Last time I wrote it was 87, now I will talk about 27. I woke up at 3 am Monday, went downstairs and checked the remote thermometer readout – 27 degrees. Burr. I went back to bed and I laid there wondering how the tomatoes were doing in the Colossal. (Our hoophouse with heat and with plastic). Had the side walls closed when they were supposed to? Was the heater kicking in? Was there enough LP in the tank? After 10 minutes of wondering all of this I figured there was only one way to know. So out I went in my fleece nighty and winter shearling boots. Lucky it was 3:30 am and all of the neighbors were sleeping. The side walls on the Colossal were closed, the heat had just kicked on and it was a cozy 39 degrees in there. I checked the LP tank, 40% full. The tomatoes were happy so therefore so was I. Next stop, the greenhouse. The heat was running and the transplants were cozy at 50 degrees. Next the hoophouse, I didn’t walk down there because I had put a double layer of row cover over the salad mix and was thankful I had. I stood in the yard and looked up at the full moon. It was so bright I could see my shadow. There were stars in the sky and no wind. Total beauty. The dog was sleeping in the yard wondering why I was out prowling. I told her because it was so beautiful out and then I went back to bed.

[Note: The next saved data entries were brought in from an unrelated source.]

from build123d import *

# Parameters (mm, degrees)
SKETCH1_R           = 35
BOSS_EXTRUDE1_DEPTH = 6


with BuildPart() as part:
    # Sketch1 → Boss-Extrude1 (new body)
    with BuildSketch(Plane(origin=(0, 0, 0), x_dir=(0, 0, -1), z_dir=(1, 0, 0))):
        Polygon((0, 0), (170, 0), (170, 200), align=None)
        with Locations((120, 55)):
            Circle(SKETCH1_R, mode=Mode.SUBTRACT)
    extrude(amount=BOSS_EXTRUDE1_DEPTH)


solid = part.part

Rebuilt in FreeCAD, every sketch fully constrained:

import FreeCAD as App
import Part
import Sketcher
Q = App.Units.Quantity

doc = App.newDocument("Part")
body = doc.addObject("PartDesign::Body", "Body")

# Sketch on YZ plane
sketch1 = doc.addObject("Sketcher::SketchObject", "Sketch")
body.addObject(sketch1)
sketch1.AttachmentSupport = (doc.YZ_Plane, [""])
sketch1.MapMode = "FlatFace"
sketch1.addGeometry([
    Part.LineSegment(App.Vector(0, 0, 0), App.Vector(0, -170, 0)),
    Part.LineSegment(App.Vector(0, -170, 0), App.Vector(200, -170, 0)),
    Part.LineSegment(App.Vector(200, -170, 0), App.Vector(0, 0, 0)),
    Part.Circle(App.Vector(55, -120, 0), App.Vector(0, 0, 1), 35),
], False)
sketch1.addConstraint([
    Sketcher.Constraint("Coincident", 0, 2, 1, 1),
    Sketcher.Constraint("Coincident", 1, 2, 2, 1),
    Sketcher.Constraint("Coincident", 2, 2, 0, 1),
    Sketcher.Constraint("Vertical", 0),
    Sketcher.Constraint("Horizontal", 1),
    Sketcher.Constraint("Coincident", 2, 2, -1, 1),
    Sketcher.Constraint("Diameter", 3, Q("70 mm")),
    Sketcher.Constraint("DistanceX", 1, 1, 1, 2, Q("200 mm")),
    Sketcher.Constraint("DistanceY", 0, 2, 0, 1, Q("170 mm")),
    Sketcher.Constraint("DistanceX", -1, 1, 3, 3, Q("55 mm")),
    Sketcher.Constraint("DistanceY", 3, 3, -1, 1, Q("120 mm")),
])
pad1 = doc.addObject("PartDesign::Pad", "Pad")
body.addObject(pad1)
pad1.Profile = sketch1
pad1.Length = 6

doc.recompute()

Salad mix - warm and frost-free under row cover in the hoophouse

Monday morning, 6am.  Still 27 degrees.  What month is this anyway?  We waited until 9:00 to harvest the spinach, because at 7:30 it was frozen.  As I drove to our field across the valley at 7:15, the marsh grasses glistened with ice.  All I could do was admire their glowing beauty.  It’s not often I get to see cat tails and marsh marigolds coated in ice.  The day warmed up beautifully.

The serene beauty of the farm on a perfect spring day

Wednesday – Transplanting corn, Brussels sprouts, broccoli and lettuce.  It was a grey, windless, misty day.  Absolutely perfect for transplanting!!  Truly.   We judge a nice day by how the vegetables will like it.  Vegetable transplants hate hot, sunny windy days.  It stresses them out, therefore stresses us out.  Even though transplants get water sprayed on them as they are being transplanted, we often have to irrigate transplants that have the misfortune of being transplanted on a day that is perfect beach weather.  So a nice, cloudy day is absolutely perfect. 

Who’s transplanting sweet corn? It looks like Eric has a helper, Nasta the dog.

 

“Move over Deb, I want to plant my sweet corn”

 

Shanna the dog thinks the water is coming out of the transplanter just for her. It’s really coming out for the corn transplants, but she didn’t believe us.